Segment Start: Given data

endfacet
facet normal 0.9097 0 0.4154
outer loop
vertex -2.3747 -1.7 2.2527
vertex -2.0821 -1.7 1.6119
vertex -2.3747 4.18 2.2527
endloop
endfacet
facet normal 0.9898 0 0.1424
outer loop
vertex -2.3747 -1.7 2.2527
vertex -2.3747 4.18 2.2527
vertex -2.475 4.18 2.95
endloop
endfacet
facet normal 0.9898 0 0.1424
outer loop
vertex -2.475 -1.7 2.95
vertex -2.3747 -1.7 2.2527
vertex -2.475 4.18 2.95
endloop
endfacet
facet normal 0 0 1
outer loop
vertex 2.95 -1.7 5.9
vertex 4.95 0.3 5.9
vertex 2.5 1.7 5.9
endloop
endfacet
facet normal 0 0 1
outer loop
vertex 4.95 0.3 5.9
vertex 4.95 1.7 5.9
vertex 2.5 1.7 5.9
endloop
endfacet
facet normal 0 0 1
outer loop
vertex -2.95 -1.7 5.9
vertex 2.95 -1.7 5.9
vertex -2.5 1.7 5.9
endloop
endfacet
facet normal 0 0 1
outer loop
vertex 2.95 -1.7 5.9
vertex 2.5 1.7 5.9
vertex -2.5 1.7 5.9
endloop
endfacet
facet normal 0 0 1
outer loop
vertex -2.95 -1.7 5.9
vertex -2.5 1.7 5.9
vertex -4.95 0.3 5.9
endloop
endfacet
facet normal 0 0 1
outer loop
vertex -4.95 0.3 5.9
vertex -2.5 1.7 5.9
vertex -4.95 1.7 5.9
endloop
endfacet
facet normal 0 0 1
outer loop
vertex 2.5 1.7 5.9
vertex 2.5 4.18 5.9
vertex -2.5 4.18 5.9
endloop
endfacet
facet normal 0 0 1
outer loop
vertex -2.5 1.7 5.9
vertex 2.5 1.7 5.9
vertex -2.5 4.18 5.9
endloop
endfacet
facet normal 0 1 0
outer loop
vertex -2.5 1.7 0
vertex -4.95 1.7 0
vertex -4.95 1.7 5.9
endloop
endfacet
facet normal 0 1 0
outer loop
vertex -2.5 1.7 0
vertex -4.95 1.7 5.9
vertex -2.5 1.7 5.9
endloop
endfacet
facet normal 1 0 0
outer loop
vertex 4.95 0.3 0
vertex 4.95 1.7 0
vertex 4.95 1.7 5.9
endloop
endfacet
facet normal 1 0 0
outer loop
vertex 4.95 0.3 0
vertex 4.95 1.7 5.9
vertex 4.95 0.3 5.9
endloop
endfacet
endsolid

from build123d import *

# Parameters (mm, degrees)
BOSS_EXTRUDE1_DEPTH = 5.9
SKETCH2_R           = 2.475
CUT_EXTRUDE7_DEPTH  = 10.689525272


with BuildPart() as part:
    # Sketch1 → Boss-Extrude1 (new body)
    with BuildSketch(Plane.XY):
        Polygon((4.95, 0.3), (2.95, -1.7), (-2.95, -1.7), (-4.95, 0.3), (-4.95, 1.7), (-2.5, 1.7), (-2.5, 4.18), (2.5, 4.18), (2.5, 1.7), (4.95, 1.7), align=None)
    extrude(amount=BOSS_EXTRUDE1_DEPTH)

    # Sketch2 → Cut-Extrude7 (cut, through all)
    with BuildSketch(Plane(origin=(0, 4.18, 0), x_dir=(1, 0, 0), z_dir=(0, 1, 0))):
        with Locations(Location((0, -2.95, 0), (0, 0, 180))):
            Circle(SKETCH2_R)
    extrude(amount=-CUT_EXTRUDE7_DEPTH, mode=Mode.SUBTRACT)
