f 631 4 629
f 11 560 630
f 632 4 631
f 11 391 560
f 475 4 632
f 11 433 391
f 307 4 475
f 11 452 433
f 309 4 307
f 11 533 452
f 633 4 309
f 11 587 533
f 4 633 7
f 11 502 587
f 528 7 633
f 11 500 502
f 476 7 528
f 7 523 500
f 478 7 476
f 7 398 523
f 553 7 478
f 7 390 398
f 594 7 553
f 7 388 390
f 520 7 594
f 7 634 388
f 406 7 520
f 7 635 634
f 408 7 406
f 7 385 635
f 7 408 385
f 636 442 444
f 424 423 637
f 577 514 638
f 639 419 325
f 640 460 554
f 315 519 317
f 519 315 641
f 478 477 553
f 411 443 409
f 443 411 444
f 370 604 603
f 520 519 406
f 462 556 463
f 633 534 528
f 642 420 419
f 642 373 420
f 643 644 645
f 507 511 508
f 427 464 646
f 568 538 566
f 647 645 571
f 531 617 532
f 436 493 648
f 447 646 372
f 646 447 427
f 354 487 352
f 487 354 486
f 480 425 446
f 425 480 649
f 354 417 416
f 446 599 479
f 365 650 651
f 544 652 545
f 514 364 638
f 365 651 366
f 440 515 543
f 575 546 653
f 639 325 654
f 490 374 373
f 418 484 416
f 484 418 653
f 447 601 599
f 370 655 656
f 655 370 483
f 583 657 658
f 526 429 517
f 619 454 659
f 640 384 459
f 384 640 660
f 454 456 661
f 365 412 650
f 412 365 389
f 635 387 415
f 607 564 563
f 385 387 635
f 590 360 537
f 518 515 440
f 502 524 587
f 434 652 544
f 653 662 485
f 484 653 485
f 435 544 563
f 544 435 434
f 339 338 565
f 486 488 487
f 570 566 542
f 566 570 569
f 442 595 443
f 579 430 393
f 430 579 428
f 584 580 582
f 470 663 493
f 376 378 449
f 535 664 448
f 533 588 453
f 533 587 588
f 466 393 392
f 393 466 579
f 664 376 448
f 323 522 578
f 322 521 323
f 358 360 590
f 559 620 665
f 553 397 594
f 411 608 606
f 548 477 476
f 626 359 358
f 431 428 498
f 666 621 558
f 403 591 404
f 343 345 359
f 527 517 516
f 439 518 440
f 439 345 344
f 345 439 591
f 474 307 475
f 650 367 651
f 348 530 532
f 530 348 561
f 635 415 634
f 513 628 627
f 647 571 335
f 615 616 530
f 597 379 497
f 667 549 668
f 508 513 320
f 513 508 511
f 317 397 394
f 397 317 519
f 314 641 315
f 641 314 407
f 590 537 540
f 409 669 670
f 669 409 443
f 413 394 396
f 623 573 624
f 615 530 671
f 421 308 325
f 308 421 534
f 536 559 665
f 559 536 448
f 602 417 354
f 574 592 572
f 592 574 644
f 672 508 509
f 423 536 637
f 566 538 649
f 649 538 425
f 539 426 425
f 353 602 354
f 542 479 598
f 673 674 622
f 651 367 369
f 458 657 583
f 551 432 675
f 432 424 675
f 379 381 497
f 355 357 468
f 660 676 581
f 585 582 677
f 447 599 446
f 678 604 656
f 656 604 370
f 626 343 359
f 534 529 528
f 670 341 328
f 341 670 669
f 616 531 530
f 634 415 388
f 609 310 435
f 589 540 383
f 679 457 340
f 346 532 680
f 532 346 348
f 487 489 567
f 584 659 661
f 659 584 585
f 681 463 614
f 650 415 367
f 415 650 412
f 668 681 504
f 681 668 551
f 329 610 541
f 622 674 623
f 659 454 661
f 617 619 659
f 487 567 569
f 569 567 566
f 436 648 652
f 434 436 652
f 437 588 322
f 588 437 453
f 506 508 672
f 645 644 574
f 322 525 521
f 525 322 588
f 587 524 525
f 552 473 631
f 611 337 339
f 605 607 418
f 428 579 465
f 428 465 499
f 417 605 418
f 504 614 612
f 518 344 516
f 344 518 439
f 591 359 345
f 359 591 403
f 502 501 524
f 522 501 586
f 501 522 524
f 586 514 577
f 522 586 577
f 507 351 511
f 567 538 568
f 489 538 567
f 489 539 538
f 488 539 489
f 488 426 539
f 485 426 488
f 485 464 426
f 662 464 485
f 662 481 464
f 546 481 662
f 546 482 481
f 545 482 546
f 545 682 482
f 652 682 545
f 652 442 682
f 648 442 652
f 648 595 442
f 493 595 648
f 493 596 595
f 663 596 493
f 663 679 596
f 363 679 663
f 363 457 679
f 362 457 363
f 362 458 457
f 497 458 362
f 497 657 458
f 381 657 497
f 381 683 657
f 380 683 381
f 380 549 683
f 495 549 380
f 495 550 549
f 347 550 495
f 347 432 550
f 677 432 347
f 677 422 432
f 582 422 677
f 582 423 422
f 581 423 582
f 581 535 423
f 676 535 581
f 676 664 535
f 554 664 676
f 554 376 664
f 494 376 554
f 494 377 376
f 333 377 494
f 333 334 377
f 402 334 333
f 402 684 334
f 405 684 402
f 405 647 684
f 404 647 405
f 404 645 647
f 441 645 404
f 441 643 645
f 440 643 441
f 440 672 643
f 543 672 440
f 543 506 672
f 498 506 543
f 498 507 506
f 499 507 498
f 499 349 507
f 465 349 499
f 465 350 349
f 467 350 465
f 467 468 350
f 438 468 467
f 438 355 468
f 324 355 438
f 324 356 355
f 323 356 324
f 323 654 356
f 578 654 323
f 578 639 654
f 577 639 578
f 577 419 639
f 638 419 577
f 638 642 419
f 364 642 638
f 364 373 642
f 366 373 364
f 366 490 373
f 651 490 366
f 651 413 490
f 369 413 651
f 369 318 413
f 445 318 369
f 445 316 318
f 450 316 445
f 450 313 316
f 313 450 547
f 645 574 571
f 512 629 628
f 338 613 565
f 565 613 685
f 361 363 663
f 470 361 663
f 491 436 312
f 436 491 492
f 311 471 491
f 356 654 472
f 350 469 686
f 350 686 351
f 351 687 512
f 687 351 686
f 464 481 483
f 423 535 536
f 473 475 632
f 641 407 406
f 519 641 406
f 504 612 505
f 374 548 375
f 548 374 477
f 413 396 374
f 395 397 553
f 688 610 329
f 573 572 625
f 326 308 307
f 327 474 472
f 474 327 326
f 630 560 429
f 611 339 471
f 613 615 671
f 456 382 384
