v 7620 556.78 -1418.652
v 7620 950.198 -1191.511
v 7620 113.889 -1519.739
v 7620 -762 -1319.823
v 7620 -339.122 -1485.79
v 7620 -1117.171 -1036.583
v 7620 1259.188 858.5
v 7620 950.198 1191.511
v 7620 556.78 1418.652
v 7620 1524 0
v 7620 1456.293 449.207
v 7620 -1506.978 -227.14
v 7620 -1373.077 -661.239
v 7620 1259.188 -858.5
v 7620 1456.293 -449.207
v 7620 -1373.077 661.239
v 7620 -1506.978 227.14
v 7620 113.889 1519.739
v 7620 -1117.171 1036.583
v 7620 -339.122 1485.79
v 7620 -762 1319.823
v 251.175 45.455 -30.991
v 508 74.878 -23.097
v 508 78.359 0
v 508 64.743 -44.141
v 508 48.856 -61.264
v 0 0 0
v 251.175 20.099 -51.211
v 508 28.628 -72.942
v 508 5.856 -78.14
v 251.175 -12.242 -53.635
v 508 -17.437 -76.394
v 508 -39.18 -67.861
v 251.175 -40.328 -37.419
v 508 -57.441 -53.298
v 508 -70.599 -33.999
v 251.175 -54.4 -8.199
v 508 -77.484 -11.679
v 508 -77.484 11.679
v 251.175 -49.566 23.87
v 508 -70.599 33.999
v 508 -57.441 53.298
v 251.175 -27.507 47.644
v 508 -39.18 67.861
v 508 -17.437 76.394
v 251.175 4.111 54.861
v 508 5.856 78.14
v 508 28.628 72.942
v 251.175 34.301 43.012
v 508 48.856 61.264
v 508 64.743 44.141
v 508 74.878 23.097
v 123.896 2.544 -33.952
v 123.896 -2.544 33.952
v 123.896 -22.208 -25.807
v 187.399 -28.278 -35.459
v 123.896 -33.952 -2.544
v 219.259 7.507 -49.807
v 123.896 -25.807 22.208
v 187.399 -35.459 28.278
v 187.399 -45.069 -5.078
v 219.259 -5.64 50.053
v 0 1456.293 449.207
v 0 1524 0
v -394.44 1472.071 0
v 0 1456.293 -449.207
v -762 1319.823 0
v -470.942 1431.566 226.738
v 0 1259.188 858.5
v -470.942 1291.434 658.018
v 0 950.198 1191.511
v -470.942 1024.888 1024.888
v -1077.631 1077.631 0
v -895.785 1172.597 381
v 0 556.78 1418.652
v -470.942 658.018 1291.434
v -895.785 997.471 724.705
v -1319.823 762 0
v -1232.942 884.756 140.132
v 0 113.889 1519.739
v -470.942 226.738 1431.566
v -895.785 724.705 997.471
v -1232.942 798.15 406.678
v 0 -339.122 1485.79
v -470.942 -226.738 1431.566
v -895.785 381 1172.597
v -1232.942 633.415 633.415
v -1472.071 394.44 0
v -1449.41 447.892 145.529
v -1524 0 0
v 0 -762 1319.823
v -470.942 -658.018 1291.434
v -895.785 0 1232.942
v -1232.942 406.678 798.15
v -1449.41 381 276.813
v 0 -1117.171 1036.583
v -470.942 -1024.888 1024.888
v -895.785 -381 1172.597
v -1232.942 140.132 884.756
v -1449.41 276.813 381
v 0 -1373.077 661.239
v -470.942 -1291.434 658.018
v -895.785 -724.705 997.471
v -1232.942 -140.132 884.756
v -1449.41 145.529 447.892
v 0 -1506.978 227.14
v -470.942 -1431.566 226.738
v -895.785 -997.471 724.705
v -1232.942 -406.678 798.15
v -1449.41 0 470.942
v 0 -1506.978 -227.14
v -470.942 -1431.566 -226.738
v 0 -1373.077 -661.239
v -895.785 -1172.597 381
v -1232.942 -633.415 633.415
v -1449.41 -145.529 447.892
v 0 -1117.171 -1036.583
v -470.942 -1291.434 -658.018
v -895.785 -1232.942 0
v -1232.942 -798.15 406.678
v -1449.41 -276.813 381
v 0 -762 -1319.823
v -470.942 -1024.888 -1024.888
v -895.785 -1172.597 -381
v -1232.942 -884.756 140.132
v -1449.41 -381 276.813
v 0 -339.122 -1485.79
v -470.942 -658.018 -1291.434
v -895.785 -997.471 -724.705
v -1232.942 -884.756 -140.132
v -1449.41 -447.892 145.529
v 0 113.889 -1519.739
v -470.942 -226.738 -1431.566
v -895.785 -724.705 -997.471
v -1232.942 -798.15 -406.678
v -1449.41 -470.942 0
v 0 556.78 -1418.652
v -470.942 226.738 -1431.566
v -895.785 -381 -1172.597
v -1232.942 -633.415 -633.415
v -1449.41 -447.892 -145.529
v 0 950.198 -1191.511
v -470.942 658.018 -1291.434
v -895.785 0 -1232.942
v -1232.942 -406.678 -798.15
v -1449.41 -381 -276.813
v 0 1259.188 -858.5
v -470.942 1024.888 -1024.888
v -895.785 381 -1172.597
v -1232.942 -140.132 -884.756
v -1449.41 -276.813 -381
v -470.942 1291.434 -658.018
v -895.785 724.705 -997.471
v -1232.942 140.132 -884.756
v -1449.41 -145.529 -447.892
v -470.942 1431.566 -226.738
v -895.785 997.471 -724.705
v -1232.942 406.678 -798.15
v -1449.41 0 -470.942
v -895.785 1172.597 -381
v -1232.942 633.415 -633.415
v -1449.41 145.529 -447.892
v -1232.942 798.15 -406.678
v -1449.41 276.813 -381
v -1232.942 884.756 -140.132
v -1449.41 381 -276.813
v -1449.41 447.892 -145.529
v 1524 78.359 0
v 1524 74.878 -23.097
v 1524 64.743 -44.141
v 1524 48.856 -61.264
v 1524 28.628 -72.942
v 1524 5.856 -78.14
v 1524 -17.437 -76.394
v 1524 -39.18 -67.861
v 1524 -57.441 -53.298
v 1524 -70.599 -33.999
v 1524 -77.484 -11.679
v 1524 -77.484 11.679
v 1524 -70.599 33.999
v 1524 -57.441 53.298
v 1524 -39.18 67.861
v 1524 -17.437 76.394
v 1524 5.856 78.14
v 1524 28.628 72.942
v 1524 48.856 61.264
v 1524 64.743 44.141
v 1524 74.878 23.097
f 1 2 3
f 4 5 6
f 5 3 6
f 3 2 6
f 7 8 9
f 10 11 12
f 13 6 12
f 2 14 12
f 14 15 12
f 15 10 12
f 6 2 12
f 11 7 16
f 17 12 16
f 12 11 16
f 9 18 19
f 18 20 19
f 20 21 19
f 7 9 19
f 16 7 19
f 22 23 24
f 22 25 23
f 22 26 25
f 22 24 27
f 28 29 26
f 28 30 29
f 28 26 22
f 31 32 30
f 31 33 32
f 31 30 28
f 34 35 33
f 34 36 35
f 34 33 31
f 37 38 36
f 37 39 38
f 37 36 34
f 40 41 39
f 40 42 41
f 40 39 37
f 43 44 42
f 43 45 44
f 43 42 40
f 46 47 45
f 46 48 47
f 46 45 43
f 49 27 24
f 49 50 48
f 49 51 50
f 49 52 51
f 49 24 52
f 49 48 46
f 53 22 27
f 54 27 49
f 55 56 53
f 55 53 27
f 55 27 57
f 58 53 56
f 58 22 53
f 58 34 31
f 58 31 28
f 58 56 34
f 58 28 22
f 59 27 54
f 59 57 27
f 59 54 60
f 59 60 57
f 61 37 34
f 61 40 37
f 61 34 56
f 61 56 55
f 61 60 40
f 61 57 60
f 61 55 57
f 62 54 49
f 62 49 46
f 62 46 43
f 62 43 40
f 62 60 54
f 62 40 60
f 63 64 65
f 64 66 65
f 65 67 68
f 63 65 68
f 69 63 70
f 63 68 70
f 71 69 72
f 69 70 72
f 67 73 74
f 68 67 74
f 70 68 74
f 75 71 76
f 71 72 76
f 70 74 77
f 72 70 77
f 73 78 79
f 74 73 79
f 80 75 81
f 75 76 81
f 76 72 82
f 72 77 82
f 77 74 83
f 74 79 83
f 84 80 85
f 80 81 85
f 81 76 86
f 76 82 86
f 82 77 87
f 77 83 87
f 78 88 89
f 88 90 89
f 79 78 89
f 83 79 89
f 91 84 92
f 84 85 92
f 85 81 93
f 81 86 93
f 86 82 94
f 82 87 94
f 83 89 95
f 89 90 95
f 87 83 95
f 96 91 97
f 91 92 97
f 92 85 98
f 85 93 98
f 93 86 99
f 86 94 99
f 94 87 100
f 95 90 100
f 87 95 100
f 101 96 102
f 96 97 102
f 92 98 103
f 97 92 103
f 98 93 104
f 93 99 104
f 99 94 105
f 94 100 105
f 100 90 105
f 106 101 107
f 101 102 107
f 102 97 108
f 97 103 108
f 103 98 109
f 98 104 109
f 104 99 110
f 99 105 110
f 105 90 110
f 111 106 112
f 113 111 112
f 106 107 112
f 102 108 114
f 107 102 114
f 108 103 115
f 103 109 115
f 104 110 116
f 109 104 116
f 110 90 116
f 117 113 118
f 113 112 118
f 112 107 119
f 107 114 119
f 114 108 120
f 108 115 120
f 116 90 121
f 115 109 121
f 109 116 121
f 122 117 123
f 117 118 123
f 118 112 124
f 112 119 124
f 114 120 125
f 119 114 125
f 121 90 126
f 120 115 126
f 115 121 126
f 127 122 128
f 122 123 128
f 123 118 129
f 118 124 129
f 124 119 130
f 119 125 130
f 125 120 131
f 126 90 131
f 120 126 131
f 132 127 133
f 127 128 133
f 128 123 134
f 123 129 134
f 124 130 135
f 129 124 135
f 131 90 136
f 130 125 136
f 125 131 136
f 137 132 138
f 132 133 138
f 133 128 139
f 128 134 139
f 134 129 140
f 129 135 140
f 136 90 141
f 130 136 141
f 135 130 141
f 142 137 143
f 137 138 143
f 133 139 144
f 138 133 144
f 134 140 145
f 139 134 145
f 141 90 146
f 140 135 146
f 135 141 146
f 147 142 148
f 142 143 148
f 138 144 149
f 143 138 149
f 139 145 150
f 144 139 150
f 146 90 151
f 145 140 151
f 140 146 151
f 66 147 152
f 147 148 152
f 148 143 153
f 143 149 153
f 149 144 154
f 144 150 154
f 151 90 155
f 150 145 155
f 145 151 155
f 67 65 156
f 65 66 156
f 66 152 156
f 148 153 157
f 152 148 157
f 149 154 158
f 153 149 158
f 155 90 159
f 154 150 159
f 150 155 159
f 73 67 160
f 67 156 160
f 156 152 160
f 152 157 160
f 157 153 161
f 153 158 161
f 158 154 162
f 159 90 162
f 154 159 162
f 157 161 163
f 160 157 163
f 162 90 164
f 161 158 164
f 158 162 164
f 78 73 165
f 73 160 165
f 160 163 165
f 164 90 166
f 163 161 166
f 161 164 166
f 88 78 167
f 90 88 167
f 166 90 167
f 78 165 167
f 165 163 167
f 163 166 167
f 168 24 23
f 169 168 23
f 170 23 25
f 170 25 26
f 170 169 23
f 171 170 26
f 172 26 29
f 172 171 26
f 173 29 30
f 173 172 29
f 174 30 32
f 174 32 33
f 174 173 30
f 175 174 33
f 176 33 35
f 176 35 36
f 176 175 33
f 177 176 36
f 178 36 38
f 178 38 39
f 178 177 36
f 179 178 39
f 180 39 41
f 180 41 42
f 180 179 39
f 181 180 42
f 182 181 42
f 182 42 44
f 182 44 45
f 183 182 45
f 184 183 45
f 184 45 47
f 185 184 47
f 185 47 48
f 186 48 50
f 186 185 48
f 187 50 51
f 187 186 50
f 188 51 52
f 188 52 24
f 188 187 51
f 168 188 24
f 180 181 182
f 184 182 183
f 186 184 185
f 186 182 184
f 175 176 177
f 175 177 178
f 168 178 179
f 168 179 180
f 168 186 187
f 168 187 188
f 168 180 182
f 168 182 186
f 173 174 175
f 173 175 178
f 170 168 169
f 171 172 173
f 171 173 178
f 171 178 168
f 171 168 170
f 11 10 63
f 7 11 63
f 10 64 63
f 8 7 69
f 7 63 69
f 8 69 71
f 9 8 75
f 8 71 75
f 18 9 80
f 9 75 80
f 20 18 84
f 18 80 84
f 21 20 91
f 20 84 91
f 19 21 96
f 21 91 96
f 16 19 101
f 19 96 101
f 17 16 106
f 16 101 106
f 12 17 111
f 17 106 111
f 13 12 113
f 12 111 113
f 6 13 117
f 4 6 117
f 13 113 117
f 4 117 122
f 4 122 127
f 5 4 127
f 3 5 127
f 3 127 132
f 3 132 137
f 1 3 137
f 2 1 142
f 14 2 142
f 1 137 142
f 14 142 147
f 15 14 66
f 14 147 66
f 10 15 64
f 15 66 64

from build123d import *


with BuildPart() as part:
    # Sketch8 → Revolve8 (revolve)
    with BuildSketch(Plane.XY):
        with BuildLine():
            Line((508, 0), (0, 0))
            add(Edge.make_bspline(
                [(0, 0), (0.002822011, 0.011220682), (0.01010376, 0.033028979), (0.031502321, 0.074017024), (0.069784833, 0.131646678), (0.119222388, 0.195375451), (0.189812425, 0.276067496), (0.274835356, 0.363880791), (0.401947452, 0.484306453), (0.602624186, 0.656685654), (0.914446886, 0.898448081), (1.444794417, 1.267055392), (2.342189308, 1.821854316), (3.926219982, 2.68636524), (6.792153336, 4.05339861), (11.891147147, 6.162529219), (20.431057711, 9.216107653), (31.891623295, 12.776951203), (45.625686568, 16.59500746), (64.715206078, 21.439103902), (87.842839522, 26.755548696), (115.260857413, 32.475768916), (146.98211669, 38.485522007), (178.789638074, 44.017933119), (210.666331669, 49.135593448), (242.60094075, 53.877496918), (274.585932559, 58.26635678), (306.615943821, 62.313330004), (338.687218842, 66.019317565), (370.797101622, 69.374815155), (402.943853119, 72.357821551), (431.103668314, 74.606208089), (455.262955994, 76.229190957), (474.443672775, 77.278006717), (487.103143355, 77.83586579), (497.267203511, 78.174386426), (503.399758723, 78.310011701), (506.466506539, 78.353386553), (508, 78.359)],
                knots=[0, 0, 0, 0, 0, 8.9262e-05, 0.000178524, 0.000357048, 0.000535573, 0.000714097, 0.001009141, 0.001304186, 0.001892408, 0.002763912, 0.00406622, 0.006308364, 0.010066681, 0.016745451, 0.028667746, 0.049062689, 0.080343506, 0.109747473, 0.13915144, 0.201713099, 0.264274768, 0.326836438, 0.389398105, 0.451959776, 0.514521446, 0.577083113, 0.639644785, 0.702206453, 0.764768123, 0.827329793, 0.889891462, 0.921172297, 0.952453131, 0.976226566, 0.988113283, 1, 1, 1, 1, 1], degree=4))
            Line((508, 78.359), (762, 78.359))
            Line((762, 78.359), (1524, 78.359))
            Line((1524, 78.359), (1524, 0))
            Line((1524, 0), (762, 0))
            Line((762, 0), (508, 0))
        make_face()
    revolve(axis=Axis((508, 0, 0), (-1, 0, 0)))


with BuildPart() as body_2:
    # Sketch9 → Revolve9 (revolve)
    with BuildSketch(Plane.XY):
        with BuildLine():
            Line((-1524, 0), (7620.000077199, 0))
            Line((7620.000077199, 0), (7620.000077199, 1524))
            Line((7620.000077199, 1524), (7.7199e-05, 1524))
            ThreePointArc((7.7199e-05, 1524), (-1077.630707234, 1077.630761822), (-1524, 0))
        make_face()
    revolve(axis=Axis((-1524, 0, 0), (1, 0, 0)))

    # Combine1: cut part
    add(part.part, mode=Mode.SUBTRACT)


solid = body_2.part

Segment End: Given data

The problem >> Please transcribe only the lines in the records above running from the line that has "v -1232.942 -884.756 -140.132" through the line that has "v -1449.41 -276.813 -381", both included, exactly as they appear.

Final answer >>
v -1232.942 -884.756 -140.132
v -1449.41 -447.892 145.529
v 0 113.889 -1519.739
v -470.942 -226.738 -1431.566
v -895.785 -724.705 -997.471
v -1232.942 -798.15 -406.678
v -1449.41 -470.942 0
v 0 556.78 -1418.652
v -470.942 226.738 -1431.566
v -895.785 -381 -1172.597
v -1232.942 -633.415 -633.415
v -1449.41 -447.892 -145.529
v 0 950.198 -1191.511
v -470.942 658.018 -1291.434
v -895.785 0 -1232.942
v -1232.942 -406.678 -798.15
v -1449.41 -381 -276.813
v 0 1259.188 -858.5
v -470.942 1024.888 -1024.888
v -895.785 381 -1172.597
v -1232.942 -140.132 -884.756
v -1449.41 -276.813 -381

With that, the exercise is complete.